How to automate them

In both cases, you want to provide smart functions as simple as possible.

You need a smart socket. I’ve got plenty of Zigbee sockets that identify as TS011F.

TS011F

The socket should feature:

  • Active power measurement
  • Child lock function (if have a button - I usually turn it off by accident)
  • Power-on configuration

First run - measure

After the socket is plugged - leave it for 1-3 use cycles to measure active power in particular stages (at least idle and active). The bigger difference the better. Always remember to have a margin due to power oscillations.

Implement automations

After measurements implement automations.
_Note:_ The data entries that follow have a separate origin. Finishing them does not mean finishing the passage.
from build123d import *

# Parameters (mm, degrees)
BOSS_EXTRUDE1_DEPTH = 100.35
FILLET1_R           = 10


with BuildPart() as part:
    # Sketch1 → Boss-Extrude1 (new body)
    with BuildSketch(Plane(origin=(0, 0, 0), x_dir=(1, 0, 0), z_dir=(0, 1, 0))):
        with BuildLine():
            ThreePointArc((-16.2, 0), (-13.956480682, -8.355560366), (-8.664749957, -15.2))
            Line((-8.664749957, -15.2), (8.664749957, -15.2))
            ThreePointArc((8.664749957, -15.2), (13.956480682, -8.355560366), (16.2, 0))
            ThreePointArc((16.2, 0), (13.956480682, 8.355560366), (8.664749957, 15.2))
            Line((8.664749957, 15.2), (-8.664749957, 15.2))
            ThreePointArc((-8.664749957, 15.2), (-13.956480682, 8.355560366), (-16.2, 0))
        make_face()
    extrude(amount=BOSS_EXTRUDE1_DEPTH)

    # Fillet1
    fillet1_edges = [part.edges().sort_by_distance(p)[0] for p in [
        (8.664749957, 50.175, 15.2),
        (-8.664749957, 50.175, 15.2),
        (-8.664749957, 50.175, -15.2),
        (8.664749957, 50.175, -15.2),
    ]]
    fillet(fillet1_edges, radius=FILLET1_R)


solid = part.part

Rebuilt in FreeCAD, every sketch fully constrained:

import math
import FreeCAD as App
import Part
import Sketcher

V = App.Vector
Q = App.Units.Quantity


def edges_at(feature, points):
    """Names of the edges that pass closest to the given points."""
    edges = feature.Shape.Edges
    near = lambda p: min(range(len(edges)), key=lambda i: edges[i].distToShape(Part.Vertex(*p))[0])
    return sorted({f"Edge{near(p) + 1}" for p in points})

doc = App.newDocument("Part")
params = doc.addObject("Spreadsheet::Sheet", "Params")
for row, (alias, value) in enumerate([
    ("sketch1_radius", "22 mm"),
    ("pad1_length", "100.35 mm"),
    ("fillet_radius", "10 mm"),
], start=1):
    params.set(f"A{row}", alias)
    params.set(f"B{row}", "=" + value)
    params.setAlias(f"B{row}", alias)

body = doc.addObject("PartDesign::Body", "Body")

sketch1 = body.newObject("Sketcher::SketchObject", "Sketch")
sketch1.AttachmentSupport = (doc.getObject("XZ_Plane"), [""])
sketch1.MapMode = "FlatFace"
sketch1.addGeometry(Part.ArcOfCircle(Part.Circle(V(5.754389, -1.415909, 0), V(0, 0, 1), 22), math.radians(130.951156), math.radians(176.309922)), False)
sketch1.addGeometry(Part.LineSegment(V(-8.66475, 15.2, 0), V(8.66475, 15.2, 0)), False)
sketch1.addGeometry(Part.ArcOfCircle(Part.Circle(V(-5.754389, -1.415909, 0), V(0, 0, 1), 22), math.radians(3.690078), math.radians(49.048844)), False)
sketch1.addGeometry(Part.ArcOfCircle(Part.Circle(V(-5.754389, 1.415909, 0), V(0, 0, 1), 22), math.radians(-49.048844), math.radians(-3.690078)), False)
sketch1.addGeometry(Part.LineSegment(V(8.66475, -15.2, 0), V(-8.66475, -15.2, 0)), False)
sketch1.addGeometry(Part.ArcOfCircle(Part.Circle(V(5.754389, 1.415909, 0), V(0, 0, 1), 22), math.radians(-176.309922), math.radians(-130.951156)), False)
sketch1.addConstraint(Sketcher.Constraint("Coincident", 0, 1, 1, 1))
sketch1.addConstraint(Sketcher.Constraint("Coincident", 1, 2, 2, 2))
sketch1.addConstraint(Sketcher.Constraint("Coincident", 2, 1, 3, 2))
sketch1.addConstraint(Sketcher.Constraint("Coincident", 3, 1, 4, 1))
sketch1.addConstraint(Sketcher.Constraint("Coincident", 4, 2, 5, 2))
sketch1.addConstraint(Sketcher.Constraint("Coincident", 5, 1, 0, 2))
sketch1.addConstraint(Sketcher.Constraint("Horizontal", 1))
sketch1.addConstraint(Sketcher.Constraint("Horizontal", 4))
sketch1.addConstraint(Sketcher.Constraint("Equal", 0, 2))
sketch1.addConstraint(Sketcher.Constraint("Equal", 2, 3))
sketch1.addConstraint(Sketcher.Constraint("Equal", 3, 5))
sketch1.addConstraint(Sketcher.Constraint("Symmetric", 0, 3, 3, 3, -1, 1))
sketch1.addConstraint(Sketcher.Constraint("Symmetric", 2, 3, 5, 3, -1, 1))
sketch1.addConstraint(Sketcher.Constraint("Symmetric", 0, 3, 2, 3, -2))
sketch1.addConstraint(Sketcher.Constraint("Vertical", 1, 2, 3, 1))
sketch1.addConstraint(Sketcher.Constraint("Radius", 0, Q("22 mm")))
sketch1.addConstraint(Sketcher.Constraint("DistanceY", -1, 1, 0, 1, Q("15.2 mm")))
sketch1.addConstraint(Sketcher.Constraint("DistanceX", -1, 1, 2, 1, Q("16.2 mm")))
sketch1.addConstraint(Sketcher.Constraint("DistanceX", 1, 1, 1, 2, Q("17.3295 mm")))
sketch1.setExpression("Constraints[15]", "Params.sketch1_radius")
pad1 = body.newObject("PartDesign::Pad", "Pad")
pad1.Profile = sketch1
pad1.setExpression("Length", "Params.pad1_length")
pad1.Reversed = True
doc.recompute()

fillet = body.newObject("PartDesign::Fillet", "Fillet")
fillet.Base = (pad1, edges_at(pad1, [
    (8.665, 50.175, 15.2),
    (-8.665, 50.175, 15.2),
    (-8.665, 50.175, -15.2),
    (8.665, 50.175, -15.2),
]))
fillet.setExpression("Radius", "Params.fillet_radius")

doc.recompute()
In my case (Home assistant, TS011F), there is a handy trigger that activates when power is lower/greater than X in Y seconds.
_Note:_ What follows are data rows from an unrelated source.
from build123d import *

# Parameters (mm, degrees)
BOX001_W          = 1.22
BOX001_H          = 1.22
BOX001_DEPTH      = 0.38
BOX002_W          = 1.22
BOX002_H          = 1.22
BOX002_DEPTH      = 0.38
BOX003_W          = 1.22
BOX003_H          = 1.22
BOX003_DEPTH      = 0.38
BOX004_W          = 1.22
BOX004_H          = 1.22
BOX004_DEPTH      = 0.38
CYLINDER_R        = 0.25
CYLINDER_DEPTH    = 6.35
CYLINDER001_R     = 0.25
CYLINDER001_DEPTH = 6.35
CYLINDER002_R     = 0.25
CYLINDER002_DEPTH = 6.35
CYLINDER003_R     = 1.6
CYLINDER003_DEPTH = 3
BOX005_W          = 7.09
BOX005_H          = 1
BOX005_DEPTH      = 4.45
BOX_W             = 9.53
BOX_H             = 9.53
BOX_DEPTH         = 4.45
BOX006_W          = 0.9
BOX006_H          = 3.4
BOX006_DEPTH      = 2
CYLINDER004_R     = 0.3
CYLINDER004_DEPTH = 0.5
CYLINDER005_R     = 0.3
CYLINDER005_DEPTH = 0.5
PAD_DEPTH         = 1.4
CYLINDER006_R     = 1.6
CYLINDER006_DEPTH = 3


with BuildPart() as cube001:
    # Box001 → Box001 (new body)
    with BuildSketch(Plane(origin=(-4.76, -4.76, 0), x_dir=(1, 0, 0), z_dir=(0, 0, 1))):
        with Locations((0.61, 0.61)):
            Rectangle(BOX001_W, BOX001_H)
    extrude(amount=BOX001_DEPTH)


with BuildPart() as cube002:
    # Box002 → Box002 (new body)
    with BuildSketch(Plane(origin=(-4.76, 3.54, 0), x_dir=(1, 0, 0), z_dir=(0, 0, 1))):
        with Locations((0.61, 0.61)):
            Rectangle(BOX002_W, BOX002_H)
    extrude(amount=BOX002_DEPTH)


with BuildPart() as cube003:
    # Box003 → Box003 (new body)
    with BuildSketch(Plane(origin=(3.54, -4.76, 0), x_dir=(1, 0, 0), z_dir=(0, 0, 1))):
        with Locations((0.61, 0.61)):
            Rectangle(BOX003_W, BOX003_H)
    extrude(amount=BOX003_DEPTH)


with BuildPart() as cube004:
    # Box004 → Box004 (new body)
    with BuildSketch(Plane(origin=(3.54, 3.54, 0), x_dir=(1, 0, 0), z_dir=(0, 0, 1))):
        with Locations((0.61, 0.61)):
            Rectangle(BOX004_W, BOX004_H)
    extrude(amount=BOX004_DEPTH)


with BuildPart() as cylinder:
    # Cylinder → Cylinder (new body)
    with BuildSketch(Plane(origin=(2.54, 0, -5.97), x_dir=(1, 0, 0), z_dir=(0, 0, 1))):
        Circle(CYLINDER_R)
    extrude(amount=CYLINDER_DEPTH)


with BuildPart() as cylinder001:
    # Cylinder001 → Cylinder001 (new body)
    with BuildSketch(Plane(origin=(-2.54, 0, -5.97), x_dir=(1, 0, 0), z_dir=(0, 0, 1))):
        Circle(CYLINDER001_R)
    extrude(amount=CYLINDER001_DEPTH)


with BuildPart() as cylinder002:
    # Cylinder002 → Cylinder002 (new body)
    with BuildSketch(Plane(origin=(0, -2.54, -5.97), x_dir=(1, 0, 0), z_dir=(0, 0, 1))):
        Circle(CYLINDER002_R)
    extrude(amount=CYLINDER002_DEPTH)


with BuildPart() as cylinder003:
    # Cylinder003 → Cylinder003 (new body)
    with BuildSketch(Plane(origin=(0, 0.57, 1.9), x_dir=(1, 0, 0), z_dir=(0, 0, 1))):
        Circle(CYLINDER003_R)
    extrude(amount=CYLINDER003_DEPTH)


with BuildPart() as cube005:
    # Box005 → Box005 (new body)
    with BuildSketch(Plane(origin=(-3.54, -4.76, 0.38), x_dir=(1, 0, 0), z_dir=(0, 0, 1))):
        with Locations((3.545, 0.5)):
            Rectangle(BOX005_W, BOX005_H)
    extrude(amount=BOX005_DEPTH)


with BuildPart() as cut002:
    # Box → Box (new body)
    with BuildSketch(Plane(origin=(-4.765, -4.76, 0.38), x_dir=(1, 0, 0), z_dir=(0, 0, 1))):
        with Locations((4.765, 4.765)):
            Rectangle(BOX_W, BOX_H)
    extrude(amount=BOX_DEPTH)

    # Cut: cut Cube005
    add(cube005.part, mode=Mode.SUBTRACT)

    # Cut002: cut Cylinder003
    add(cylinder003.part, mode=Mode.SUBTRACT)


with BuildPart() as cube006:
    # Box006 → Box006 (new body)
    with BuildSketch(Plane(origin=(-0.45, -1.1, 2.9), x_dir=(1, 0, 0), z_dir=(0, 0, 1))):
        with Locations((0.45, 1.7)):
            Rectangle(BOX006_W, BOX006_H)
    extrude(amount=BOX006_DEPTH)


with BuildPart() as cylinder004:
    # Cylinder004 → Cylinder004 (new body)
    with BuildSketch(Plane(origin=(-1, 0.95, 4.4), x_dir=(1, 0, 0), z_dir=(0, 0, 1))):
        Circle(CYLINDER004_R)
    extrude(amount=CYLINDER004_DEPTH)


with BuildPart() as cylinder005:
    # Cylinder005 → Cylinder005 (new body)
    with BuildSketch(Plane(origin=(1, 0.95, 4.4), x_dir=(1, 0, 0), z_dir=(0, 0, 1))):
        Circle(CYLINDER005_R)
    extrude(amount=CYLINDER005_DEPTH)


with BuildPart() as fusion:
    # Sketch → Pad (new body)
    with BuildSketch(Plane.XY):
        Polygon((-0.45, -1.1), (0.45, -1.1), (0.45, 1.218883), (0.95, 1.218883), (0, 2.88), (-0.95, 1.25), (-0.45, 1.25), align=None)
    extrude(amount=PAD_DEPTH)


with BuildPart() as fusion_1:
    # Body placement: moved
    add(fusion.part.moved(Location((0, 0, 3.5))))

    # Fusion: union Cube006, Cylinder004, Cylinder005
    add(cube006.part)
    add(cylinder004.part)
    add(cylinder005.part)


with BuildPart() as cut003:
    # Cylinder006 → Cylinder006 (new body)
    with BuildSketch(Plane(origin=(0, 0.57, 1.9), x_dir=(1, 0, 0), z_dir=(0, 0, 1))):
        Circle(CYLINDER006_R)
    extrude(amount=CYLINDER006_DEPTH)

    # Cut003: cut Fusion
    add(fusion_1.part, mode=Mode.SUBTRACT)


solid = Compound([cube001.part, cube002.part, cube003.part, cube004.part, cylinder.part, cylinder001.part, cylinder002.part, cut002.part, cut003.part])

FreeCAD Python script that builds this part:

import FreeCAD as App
import Part
import Sketcher

V = App.Vector


def add_polygon(sketch, points):
    """Adds a closed chain of lines whose ends are joined by coincident constraints."""
    first, n = sketch.GeometryCount, len(points)
    for a, b in zip(points, points[1:] + points[:1]):
        sketch.addGeometry(Part.LineSegment(App.Vector(*a, 0), App.Vector(*b, 0)), False)
    for i in range(n):
        sketch.addConstraint(Sketcher.Constraint("Coincident", first + i, 2, first + (i + 1) % n, 1))

doc = App.newDocument("Part")
body = doc.addObject("PartDesign::Body", "Body")

sketch1 = body.newObject("Sketcher::SketchObject", "Sketch")
sketch1.AttachmentSupport = (doc.getObject("XY_Plane"), [""])
sketch1.MapMode = "FlatFace"
add_polygon(sketch1, [(-4.8, -3.5), (-4.8, -4.8), (-3.5, -4.8), (-3.5, -3.5)])
sketch1.addConstraint(Sketcher.Constraint("Vertical", 0))
sketch1.addConstraint(Sketcher.Constraint("Horizontal", 1))
sketch1.addConstraint(Sketcher.Constraint("Vertical", 2))
sketch1.addConstraint(Sketcher.Constraint("Horizontal", 3))
sketch1.addConstraint(Sketcher.Constraint("Equal", 3, 0))
sketch1.addConstraint(Sketcher.Constraint("DistanceX", 1, 1, 1, 2, 1.22))
sketch1.addConstraint(Sketcher.Constraint("DistanceX", 0, 2, -1, 1, 4.76))
sketch1.addConstraint(Sketcher.Constraint("DistanceY", 0, 2, -1, 1, 4.76))
pad1 = body.newObject("PartDesign::Pad", "Pad")
pad1.Profile = sketch1
pad1.Length = 0.38
body2 = doc.addObject("PartDesign::Body", "Body001")

sketch2 = body2.newObject("Sketcher::SketchObject", "Sketch001")
sketch2.AttachmentSupport = (doc.getObject("XY_Plane001"), [""])
sketch2.MapMode = "FlatFace"
add_polygon(sketch2, [(-4.8, 4.8), (-4.8, 3.5), (-3.5, 3.5), (-3.5, 4.8)])
sketch2.addConstraint(Sketcher.Constraint("Vertical", 0))
sketch2.addConstraint(Sketcher.Constraint("Horizontal", 1))
sketch2.addConstraint(Sketcher.Constraint("Vertical", 2))
sketch2.addConstraint(Sketcher.Constraint("Horizontal", 3))
sketch2.addConstraint(Sketcher.Constraint("Equal", 3, 0))
sketch2.addConstraint(Sketcher.Constraint("DistanceX", 1, 1, 1, 2, 1.22))
sketch2.addConstraint(Sketcher.Constraint("DistanceX", 0, 2, -1, 1, 4.76))
sketch2.addConstraint(Sketcher.Constraint("DistanceY", -1, 1, 0, 2, 3.54))
pad2 = body2.newObject("PartDesign::Pad", "Pad001")
pad2.Profile = sketch2
pad2.Length = 0.38
body3 = doc.addObject("PartDesign::Body", "Body002")

sketch3 = body3.newObject("Sketcher::SketchObject", "Sketch002")
sketch3.AttachmentSupport = (doc.getObject("XY_Plane002"), [""])
sketch3.MapMode = "FlatFace"
add_polygon(sketch3, [(3.5, -3.5), (3.5, -4.8), (4.8, -4.8), (4.8, -3.5)])
sketch3.addConstraint(Sketcher.Constraint("Vertical", 0))
sketch3.addConstraint(Sketcher.Constraint("Horizontal", 1))
sketch3.addConstraint(Sketcher.Constraint("Vertical", 2))
sketch3.addConstraint(Sketcher.Constraint("Horizontal", 3))
sketch3.addConstraint(Sketcher.Constraint("Equal", 3, 0))
sketch3.addConstraint(Sketcher.Constraint("DistanceX", 1, 1, 1, 2, 1.22))
sketch3.addConstraint(Sketcher.Constraint("DistanceX", -1, 1, 0, 2, 3.54))
sketch3.addConstraint(Sketcher.Constraint("DistanceY", 0, 2, -1, 1, 4.76))
pad3 = body3.newObject("PartDesign::Pad", "Pad002")
pad3.Profile = sketch3
pad3.Length = 0.38
body4 = doc.addObject("PartDesign::Body", "Body003")

sketch4 = body4.newObject("Sketcher::SketchObject", "Sketch003")
sketch4.AttachmentSupport = (doc.getObject("XY_Plane003"), [""])
sketch4.MapMode = "FlatFace"
add_polygon(sketch4, [(3.5, 4.8), (3.5, 3.5), (4.8, 3.5), (4.8, 4.8)])
sketch4.addConstraint(Sketcher.Constraint("Vertical", 0))
sketch4.addConstraint(Sketcher.Constraint("Horizontal", 1))
sketch4.addConstraint(Sketcher.Constraint("Vertical", 2))
sketch4.addConstraint(Sketcher.Constraint("Horizontal", 3))
sketch4.addConstraint(Sketcher.Constraint("Equal", 3, 0))
sketch4.addConstraint(Sketcher.Constraint("DistanceX", 1, 1, 1, 2, 1.22))
sketch4.addConstraint(Sketcher.Constraint("DistanceX", -1, 1, 0, 2, 3.54))
sketch4.addConstraint(Sketcher.Constraint("DistanceY", -1, 1, 0, 2, 3.54))
pad4 = body4.newObject("PartDesign::Pad", "Pad003")
pad4.Profile = sketch4
pad4.Length = 0.38
body5 = doc.addObject("PartDesign::Body", "Body004")

sketch5 = body5.newObject("Sketcher::SketchObject", "Sketch004")
sketch5.AttachmentSupport = (doc.getObject("XY_Plane004"), [""])
sketch5.MapMode = "FlatFace"
sketch5.AttachmentOffset = App.Placement(V(0, 0, -5.97), App.Rotation())
sketch5.addGeometry(Part.Circle(V(2.54, 0, 0), V(0, 0, 1), 0.25), False)
sketch5.addConstraint(Sketcher.Constraint("PointOnObject", 0, 3, -1))
sketch5.addConstraint(Sketcher.Constraint("Diameter", 0, 0.5))
sketch5.addConstraint(Sketcher.Constraint("DistanceX", -1, 1, 0, 3, 2.54))
pad5 = body5.newObject("PartDesign::Pad", "Pad004")
pad5.Profile = sketch5
pad5.Length = 6.35
body6 = doc.addObject("PartDesign::Body", "Body005")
After a trigger is activated, it is a good idea to send a notification to the smarthome. Notice that other uses will probably need a little different triggers (notification versus power off).

Downsides

In my case, the dishwasher sometimes wakes up, causing a notification to trigger. I need to make a higher margin for power or trigger only if previous pover was higher than X W for Y minutes. The adjustments are still in progress.

3d printer power saving

My Prusa printers have Home Assistant integrations, but they don’t have strict information (for now) if the heatend fan is disabled - and this is a problem because disabling the printer while cooling off can damage your extruder. I’ve identified that:

  • MK3 with Rpi uses ~100-250W during use, ~15W when cooling and no more than 10W in idle (when no cooling is needed)
  • MK4 uses ~100-250W during use, ~20W when cooling and no more than 14W in idle (when no cooling is needed)

TS011F

Due to variability, the notification might be triggered earlier. It is a better solution to use PrusaLink if possible. However, 20 minute delay guarantees that printer will not be disabled with heatend fan being enabled (even with silicon socket). It is still a great way to save the power :)

Conclusion

Using the simple power measurement you can detect a device stage and perform automations, like the notification sending. In most cases, they are sufficient for the home appliances, which requires manual interactions.